= Coupon settlement =

In law, a coupon settlement is a resolution between disputing parties in a class action lawsuit, reached either before or after court action begins. In a coupon settlement, class members receive coupons or other promises for products or services instead of a cash award. Coupon settlements are recognised in state and federal courts in the United States.

==Criticism==
Coupon settlements have been used as a way for a defendant to forestall major liability by precluding a large number of people from litigating their claims separately to recover reasonable compensation for the damages.

However, existing law requires judicial approval of all coupon settlements, and in most cases, class members are given a chance to opt out of class settlement, though class members, despite opt-out notices, may be unaware of their right to opt out because they did not receive the notice, did not read it, or did not understand it.
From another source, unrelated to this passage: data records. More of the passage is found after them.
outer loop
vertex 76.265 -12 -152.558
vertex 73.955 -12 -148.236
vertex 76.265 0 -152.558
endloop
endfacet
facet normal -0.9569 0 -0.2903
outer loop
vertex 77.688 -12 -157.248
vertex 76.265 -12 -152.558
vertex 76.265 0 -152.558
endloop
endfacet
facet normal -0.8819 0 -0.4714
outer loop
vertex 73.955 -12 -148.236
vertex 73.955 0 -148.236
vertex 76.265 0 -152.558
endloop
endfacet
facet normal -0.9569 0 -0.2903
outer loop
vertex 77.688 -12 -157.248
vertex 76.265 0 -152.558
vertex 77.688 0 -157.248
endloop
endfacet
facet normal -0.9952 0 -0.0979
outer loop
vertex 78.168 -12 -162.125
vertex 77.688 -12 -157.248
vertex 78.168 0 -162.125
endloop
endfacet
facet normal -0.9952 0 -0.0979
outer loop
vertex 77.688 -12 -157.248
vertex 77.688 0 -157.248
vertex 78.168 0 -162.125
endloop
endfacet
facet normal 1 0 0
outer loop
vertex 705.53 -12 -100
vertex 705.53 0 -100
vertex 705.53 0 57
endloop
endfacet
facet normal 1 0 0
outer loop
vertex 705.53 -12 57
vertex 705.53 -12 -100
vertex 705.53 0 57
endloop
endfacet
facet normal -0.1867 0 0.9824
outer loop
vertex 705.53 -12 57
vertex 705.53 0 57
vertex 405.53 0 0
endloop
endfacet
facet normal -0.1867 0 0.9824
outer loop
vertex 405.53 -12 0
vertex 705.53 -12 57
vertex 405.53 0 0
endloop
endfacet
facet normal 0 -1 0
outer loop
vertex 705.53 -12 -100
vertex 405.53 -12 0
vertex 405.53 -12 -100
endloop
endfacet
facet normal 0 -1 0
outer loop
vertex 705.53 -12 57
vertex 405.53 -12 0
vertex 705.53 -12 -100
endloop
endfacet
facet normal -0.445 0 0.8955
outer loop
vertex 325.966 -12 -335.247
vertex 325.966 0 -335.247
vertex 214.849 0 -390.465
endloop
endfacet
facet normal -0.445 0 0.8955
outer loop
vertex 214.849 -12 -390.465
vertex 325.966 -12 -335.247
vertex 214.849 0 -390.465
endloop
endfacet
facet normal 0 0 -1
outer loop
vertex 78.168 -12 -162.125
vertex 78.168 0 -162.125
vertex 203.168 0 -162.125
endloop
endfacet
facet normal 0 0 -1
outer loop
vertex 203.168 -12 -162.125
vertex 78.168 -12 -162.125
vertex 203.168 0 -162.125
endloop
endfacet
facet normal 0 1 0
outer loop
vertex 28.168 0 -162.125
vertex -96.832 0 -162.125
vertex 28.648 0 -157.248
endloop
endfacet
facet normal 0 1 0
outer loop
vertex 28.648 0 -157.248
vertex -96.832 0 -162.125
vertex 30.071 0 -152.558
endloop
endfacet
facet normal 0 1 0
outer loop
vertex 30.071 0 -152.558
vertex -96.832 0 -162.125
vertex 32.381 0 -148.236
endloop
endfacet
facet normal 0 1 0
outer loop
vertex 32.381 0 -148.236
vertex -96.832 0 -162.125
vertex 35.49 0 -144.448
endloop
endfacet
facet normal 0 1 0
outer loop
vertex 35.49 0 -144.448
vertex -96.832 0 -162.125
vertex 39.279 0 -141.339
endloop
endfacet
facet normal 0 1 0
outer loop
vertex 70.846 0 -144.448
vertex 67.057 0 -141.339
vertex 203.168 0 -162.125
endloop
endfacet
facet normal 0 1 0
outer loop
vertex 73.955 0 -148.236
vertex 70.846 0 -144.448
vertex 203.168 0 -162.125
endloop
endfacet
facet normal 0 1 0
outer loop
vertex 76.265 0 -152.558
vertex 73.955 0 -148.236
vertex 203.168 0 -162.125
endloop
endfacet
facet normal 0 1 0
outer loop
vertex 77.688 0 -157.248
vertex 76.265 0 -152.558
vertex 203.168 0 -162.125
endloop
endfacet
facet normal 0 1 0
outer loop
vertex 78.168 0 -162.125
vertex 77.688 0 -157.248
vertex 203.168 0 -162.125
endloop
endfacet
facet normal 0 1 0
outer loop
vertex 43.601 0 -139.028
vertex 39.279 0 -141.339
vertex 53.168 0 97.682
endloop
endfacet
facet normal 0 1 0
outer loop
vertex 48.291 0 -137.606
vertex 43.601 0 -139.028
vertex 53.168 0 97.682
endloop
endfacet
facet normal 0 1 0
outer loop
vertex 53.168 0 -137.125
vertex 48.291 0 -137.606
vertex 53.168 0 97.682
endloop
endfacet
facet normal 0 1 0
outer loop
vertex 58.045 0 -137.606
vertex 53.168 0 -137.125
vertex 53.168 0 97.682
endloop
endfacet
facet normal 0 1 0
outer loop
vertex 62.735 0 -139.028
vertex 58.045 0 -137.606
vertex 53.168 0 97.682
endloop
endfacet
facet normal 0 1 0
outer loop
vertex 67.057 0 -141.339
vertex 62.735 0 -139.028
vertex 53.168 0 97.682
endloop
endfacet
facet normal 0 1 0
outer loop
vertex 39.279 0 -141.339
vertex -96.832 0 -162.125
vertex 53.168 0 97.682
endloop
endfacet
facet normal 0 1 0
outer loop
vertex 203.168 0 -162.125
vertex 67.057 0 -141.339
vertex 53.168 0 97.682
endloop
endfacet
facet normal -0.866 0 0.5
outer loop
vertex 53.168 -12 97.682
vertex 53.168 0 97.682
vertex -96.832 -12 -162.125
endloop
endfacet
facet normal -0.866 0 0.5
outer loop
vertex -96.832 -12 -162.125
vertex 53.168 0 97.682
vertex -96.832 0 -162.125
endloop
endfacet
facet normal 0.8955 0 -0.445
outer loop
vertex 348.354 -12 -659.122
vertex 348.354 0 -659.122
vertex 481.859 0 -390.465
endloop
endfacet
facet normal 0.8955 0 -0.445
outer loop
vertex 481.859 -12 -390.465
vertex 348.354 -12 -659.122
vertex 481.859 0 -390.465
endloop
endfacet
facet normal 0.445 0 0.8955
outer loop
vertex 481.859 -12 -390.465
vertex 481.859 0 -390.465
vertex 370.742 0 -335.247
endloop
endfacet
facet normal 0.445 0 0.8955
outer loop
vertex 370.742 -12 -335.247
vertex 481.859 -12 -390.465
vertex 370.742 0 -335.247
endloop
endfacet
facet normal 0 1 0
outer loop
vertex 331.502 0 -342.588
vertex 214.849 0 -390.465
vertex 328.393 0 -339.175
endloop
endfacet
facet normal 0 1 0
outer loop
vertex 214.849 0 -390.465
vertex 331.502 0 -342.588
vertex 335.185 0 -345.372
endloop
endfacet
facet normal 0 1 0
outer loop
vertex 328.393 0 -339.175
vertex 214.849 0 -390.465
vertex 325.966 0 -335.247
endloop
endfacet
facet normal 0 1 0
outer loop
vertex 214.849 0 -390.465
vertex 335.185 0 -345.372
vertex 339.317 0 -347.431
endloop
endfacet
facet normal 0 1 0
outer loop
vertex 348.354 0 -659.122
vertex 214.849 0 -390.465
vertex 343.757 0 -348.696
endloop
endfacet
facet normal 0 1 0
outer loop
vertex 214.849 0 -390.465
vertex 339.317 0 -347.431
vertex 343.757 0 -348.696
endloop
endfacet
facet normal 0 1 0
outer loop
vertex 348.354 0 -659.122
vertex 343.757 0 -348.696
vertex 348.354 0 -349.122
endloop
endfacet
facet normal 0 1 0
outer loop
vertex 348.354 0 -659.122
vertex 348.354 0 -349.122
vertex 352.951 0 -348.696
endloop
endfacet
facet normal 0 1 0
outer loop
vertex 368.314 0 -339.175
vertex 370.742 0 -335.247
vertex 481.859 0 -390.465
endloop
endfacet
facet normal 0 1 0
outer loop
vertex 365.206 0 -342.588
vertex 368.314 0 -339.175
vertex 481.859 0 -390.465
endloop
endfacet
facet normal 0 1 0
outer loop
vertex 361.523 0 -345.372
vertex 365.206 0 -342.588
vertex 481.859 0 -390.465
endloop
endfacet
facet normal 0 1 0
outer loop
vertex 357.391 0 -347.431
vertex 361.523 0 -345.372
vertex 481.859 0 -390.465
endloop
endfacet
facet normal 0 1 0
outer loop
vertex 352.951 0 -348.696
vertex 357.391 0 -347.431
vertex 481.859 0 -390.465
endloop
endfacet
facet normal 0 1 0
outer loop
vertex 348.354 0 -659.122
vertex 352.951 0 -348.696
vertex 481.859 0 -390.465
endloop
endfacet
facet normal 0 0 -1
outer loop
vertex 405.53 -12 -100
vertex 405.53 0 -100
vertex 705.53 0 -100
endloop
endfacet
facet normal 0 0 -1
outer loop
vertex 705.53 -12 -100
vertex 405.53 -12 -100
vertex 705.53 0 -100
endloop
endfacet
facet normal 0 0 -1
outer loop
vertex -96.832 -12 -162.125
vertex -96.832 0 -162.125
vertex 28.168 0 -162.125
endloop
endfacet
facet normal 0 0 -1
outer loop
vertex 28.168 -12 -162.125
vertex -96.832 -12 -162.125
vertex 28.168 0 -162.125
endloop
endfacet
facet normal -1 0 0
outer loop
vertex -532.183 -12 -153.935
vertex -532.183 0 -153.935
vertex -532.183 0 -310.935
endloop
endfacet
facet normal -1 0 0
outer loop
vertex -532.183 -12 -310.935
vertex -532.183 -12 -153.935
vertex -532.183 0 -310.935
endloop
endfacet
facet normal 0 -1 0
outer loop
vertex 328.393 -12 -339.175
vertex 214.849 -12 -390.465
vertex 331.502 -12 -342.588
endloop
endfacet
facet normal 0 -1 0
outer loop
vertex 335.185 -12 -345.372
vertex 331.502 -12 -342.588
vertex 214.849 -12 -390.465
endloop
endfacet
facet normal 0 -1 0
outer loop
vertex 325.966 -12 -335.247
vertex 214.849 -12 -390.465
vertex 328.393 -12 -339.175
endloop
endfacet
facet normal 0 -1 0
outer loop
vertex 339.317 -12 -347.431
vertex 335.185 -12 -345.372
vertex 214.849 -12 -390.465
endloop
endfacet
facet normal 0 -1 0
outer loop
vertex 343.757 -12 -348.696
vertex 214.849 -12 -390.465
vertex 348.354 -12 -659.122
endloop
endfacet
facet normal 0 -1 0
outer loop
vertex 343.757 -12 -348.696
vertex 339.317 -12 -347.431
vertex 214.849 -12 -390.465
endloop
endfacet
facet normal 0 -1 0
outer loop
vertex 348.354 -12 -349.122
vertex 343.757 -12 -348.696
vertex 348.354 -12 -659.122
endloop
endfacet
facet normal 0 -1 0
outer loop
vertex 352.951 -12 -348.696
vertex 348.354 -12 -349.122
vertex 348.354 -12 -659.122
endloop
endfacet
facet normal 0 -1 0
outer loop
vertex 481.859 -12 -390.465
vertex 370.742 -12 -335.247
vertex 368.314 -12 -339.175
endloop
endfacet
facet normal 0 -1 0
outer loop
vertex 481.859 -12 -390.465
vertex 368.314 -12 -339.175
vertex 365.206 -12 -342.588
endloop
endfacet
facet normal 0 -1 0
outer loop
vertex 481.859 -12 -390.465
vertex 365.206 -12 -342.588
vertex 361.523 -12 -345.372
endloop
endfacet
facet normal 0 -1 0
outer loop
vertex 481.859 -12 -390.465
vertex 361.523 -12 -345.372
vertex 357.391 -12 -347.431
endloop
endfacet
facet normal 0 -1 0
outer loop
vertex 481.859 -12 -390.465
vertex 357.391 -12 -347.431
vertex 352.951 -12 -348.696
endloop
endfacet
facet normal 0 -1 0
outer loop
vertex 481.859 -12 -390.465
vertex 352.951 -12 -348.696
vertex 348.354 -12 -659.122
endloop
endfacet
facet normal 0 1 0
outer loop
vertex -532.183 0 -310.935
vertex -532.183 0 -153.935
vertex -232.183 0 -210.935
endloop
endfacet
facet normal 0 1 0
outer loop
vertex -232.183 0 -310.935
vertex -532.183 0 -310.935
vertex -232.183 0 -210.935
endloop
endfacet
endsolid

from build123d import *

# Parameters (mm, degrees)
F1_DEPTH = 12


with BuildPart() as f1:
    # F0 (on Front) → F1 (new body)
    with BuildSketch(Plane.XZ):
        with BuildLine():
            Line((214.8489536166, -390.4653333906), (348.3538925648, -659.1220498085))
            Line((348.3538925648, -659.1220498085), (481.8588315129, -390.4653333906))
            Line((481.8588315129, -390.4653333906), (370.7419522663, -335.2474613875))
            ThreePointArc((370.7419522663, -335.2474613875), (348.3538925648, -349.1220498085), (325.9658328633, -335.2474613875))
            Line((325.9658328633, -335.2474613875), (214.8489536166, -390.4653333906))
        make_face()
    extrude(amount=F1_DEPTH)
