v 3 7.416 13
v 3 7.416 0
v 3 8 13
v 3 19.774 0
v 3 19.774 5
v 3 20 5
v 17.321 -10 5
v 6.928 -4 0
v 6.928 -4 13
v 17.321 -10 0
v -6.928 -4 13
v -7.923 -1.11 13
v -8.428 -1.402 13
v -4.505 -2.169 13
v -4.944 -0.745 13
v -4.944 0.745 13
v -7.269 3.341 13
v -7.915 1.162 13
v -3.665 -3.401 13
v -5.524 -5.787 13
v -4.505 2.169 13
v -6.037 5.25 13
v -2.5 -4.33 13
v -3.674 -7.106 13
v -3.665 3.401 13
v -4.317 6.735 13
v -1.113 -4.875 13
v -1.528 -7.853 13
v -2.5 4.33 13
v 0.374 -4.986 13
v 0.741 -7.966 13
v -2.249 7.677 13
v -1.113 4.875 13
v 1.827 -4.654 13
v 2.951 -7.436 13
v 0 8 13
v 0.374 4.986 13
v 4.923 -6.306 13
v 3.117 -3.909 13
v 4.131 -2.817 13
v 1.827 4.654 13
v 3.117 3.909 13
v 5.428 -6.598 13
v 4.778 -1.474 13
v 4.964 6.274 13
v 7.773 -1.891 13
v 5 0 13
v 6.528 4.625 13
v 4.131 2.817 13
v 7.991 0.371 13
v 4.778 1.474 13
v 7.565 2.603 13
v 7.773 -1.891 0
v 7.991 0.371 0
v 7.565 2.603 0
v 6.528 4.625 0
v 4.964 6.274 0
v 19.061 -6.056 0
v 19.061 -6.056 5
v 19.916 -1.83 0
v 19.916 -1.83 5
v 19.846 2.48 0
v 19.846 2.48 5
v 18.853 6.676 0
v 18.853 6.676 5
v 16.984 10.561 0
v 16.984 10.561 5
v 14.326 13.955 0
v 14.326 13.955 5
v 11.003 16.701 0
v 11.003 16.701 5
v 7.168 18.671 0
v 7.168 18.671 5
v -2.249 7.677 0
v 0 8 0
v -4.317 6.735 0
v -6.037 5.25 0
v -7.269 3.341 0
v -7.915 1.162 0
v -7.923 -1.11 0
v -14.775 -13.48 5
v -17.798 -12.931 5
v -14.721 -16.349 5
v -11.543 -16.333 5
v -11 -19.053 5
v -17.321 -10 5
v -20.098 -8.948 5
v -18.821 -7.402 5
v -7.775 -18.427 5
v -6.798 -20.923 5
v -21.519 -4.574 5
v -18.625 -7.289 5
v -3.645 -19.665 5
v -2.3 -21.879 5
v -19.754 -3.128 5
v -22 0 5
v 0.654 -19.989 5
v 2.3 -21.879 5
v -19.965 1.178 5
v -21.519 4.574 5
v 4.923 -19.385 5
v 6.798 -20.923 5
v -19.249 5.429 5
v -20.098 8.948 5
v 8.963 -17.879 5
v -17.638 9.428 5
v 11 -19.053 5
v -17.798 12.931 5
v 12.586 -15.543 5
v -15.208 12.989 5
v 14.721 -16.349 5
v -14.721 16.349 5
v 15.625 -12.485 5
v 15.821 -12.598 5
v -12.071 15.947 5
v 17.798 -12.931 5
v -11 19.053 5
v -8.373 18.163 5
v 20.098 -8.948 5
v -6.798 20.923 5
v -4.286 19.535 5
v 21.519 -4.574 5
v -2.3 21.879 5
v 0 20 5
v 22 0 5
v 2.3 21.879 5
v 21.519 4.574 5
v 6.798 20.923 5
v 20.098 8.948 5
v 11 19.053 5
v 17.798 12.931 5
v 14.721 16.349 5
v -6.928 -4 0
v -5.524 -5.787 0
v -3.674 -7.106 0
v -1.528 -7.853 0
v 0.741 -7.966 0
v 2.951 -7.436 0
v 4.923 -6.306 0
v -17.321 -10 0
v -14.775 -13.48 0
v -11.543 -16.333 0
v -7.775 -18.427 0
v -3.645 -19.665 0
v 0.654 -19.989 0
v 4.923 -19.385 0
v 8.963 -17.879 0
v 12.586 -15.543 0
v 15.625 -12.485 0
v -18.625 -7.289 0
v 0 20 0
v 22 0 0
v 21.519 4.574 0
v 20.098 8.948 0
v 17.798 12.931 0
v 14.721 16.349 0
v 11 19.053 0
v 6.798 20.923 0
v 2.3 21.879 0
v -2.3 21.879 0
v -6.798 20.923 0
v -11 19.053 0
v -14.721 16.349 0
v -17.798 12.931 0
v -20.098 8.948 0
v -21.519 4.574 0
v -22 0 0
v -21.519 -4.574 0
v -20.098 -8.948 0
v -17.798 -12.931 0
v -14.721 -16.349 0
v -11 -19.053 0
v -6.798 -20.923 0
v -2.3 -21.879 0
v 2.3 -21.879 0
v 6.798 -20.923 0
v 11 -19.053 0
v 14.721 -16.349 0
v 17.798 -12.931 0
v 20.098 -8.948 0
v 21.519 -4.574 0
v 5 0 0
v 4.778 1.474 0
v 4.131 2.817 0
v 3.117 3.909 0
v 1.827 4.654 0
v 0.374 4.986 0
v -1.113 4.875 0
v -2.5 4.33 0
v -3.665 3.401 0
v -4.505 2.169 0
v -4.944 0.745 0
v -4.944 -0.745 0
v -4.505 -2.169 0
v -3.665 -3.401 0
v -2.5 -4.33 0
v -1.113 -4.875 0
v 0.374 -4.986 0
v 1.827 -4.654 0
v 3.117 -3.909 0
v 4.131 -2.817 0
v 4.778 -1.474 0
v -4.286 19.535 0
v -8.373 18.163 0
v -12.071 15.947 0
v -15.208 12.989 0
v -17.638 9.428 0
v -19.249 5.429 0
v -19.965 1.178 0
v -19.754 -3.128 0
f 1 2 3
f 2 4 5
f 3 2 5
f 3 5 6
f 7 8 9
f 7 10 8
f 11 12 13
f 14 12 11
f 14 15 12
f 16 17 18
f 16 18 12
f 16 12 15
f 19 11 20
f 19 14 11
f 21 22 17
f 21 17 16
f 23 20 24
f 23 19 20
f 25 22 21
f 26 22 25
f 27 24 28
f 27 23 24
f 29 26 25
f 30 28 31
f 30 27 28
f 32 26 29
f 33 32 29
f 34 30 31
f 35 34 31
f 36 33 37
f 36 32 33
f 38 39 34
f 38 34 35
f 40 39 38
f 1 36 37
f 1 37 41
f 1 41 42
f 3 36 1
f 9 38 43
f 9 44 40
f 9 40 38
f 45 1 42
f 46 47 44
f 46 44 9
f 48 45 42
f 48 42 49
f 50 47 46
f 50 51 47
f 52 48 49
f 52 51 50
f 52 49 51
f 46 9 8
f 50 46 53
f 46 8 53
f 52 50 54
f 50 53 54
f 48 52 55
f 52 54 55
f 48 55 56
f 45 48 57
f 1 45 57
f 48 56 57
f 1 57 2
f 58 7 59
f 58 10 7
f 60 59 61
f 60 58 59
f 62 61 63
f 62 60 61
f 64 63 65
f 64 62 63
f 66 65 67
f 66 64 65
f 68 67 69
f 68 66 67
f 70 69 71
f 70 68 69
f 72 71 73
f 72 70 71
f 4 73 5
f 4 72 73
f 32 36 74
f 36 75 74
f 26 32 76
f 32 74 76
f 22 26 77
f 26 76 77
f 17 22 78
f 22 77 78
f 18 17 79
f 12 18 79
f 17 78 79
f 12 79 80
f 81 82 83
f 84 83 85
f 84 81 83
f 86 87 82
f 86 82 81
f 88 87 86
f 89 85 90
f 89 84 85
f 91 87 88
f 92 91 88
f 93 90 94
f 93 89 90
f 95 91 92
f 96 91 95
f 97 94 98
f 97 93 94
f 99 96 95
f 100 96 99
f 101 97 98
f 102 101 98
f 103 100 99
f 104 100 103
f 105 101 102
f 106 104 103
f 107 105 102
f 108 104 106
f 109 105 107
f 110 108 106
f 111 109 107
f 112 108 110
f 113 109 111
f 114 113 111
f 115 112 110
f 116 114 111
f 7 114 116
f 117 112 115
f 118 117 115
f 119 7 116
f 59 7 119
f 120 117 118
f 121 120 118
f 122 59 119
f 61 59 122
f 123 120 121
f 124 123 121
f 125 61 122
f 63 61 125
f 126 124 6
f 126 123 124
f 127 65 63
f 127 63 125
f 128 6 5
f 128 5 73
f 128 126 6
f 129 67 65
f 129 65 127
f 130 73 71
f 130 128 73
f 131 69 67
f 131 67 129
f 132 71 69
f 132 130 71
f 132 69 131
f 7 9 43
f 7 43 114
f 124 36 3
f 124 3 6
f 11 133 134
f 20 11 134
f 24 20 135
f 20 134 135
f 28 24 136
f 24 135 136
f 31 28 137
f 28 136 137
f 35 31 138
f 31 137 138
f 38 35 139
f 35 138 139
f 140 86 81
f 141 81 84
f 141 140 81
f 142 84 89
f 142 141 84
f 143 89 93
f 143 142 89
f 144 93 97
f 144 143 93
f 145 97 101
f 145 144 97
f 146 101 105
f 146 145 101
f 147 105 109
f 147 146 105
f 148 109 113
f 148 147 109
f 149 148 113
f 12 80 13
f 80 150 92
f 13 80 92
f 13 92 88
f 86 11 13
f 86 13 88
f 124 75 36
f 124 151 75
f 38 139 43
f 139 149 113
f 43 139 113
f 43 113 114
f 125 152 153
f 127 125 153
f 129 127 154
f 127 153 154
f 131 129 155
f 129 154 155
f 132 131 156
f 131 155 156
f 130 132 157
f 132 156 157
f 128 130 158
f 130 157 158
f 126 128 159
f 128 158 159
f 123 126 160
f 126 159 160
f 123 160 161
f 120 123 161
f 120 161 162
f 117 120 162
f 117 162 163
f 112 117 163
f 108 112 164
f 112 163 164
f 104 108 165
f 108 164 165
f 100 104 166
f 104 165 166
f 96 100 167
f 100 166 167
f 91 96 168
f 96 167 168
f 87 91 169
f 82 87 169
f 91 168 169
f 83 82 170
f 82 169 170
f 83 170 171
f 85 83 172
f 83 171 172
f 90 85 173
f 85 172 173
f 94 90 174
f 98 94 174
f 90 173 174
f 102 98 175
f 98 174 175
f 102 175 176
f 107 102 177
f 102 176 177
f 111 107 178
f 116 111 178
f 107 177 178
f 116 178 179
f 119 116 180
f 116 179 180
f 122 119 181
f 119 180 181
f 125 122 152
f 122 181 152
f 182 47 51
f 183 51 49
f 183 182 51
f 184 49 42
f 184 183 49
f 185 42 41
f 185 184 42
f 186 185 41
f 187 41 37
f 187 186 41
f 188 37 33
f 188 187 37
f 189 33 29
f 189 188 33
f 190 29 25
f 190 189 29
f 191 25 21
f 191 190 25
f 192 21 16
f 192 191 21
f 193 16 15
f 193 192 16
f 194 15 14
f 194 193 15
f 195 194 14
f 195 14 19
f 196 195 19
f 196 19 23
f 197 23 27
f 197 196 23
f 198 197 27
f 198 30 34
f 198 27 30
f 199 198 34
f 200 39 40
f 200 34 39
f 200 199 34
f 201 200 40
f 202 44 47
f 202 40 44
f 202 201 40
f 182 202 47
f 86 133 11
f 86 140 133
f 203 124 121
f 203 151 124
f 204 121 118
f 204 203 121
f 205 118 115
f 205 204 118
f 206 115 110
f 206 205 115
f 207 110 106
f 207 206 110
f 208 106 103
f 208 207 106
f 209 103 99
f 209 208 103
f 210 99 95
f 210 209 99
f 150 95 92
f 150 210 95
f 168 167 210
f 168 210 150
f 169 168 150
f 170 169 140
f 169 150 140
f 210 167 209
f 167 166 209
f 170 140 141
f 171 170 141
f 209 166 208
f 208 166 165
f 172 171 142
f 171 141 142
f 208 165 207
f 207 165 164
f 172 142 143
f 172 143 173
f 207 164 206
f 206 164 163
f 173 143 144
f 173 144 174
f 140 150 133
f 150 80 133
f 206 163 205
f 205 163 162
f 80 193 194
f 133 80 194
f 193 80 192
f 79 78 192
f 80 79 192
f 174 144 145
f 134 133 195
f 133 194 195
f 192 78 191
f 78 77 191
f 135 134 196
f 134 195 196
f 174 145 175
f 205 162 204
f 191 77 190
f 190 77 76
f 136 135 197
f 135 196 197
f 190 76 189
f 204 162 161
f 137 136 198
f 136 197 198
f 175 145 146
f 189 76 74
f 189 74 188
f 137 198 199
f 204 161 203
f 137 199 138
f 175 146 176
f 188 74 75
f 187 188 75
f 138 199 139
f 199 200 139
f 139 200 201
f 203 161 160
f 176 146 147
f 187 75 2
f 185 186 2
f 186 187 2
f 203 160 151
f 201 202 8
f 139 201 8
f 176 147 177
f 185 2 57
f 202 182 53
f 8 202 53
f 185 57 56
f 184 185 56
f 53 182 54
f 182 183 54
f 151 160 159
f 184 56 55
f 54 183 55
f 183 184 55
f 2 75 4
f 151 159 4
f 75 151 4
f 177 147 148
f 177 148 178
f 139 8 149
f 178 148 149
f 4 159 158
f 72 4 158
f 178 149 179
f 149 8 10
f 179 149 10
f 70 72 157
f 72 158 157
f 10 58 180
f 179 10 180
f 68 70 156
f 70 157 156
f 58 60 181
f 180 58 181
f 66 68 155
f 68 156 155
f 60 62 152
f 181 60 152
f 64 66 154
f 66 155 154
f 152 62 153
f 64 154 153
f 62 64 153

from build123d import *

# Parameters (mm, degrees)
SKETCH7_R            = 22
SKETCH7_R_2          = 20
BOSS_EXTRUDE7_DEPTH  = 5
SKETCH8_R            = 8
SKETCH8_R_2          = 5
BOSS_EXTRUDE8_DEPTH  = 13
BOSS_EXTRUDE10_DEPTH = 3
CIRPATTERN2_COUNT    = 3


with BuildPart() as part:
    # Sketch7 → Boss-Extrude7 (new body)
    with BuildSketch(Plane.XY):
        Circle(SKETCH7_R)
        Circle(SKETCH7_R_2, mode=Mode.SUBTRACT)
    extrude(amount=BOSS_EXTRUDE7_DEPTH)



with BuildPart() as body_2:
    # Sketch8 → Boss-Extrude8 (new body)
    with BuildSketch(Plane.XY):
        Circle(SKETCH8_R)
        Circle(SKETCH8_R_2, mode=Mode.SUBTRACT)
    extrude(amount=BOSS_EXTRUDE8_DEPTH)


with BuildPart() as part_1:
    add(part.part)

    add(body_2.part)  # Boss-Extrude10 merges body 2
    # Sketch9 → Boss-Extrude10 (add)
    with BuildSketch(Plane(origin=(0, 0, 0), x_dir=(0, 0, -1), z_dir=(1, 0, 0))):
        Polygon((-13, 8), (-5, 20), (0, 20), (0, 8), (0, 5), (-13, 5), align=None)
    boss_extrude10 = extrude(amount=BOSS_EXTRUDE10_DEPTH)

    # CirPattern2: Boss-Extrude10 ×3 about axis
    cirpattern2_axis = Axis((0, 0, 0), (0, 0, 1))
    for i in range(1, CIRPATTERN2_COUNT):
        add(boss_extrude10.rotate(cirpattern2_axis, i * 360 / CIRPATTERN2_COUNT))


solid = part_1.part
The Class Action Fairness Act of 2005 (CAFA) addresses some of those concerns. Coupon settlements may be audited by an independent expert before judicial approval to ensure that the settlement will be of value to the class members (28 U.S.C.A. 1712(d)).

In the United States, federal courts must hold a hearing and make specific findings that the coupon settlement is fair, reasonable, and adequate and that the class members' interests are represented. The following can be taken into consideration during the hearing:

1. The strength of the class member's case.
2. The risk, expense, complexity, and duration of further litigation.
3. The risk of maintaining class action status.
4. The amount offered to each class member in settlement.
5. The form of the settlement (coupons, checks, replacement products, or services).
6. The amount offered in total in settlement.
7. The extent of the discovery that has been completed.
8. The experience of counsel.
9. The presence of a governmental participant.
10. The reaction of class members to the proposed settlement.

Another criticism has been that plaintiffs' lawyers involved in coupon settlements receive cash fees in amounts that generally dwarf the award recovered by individual class members.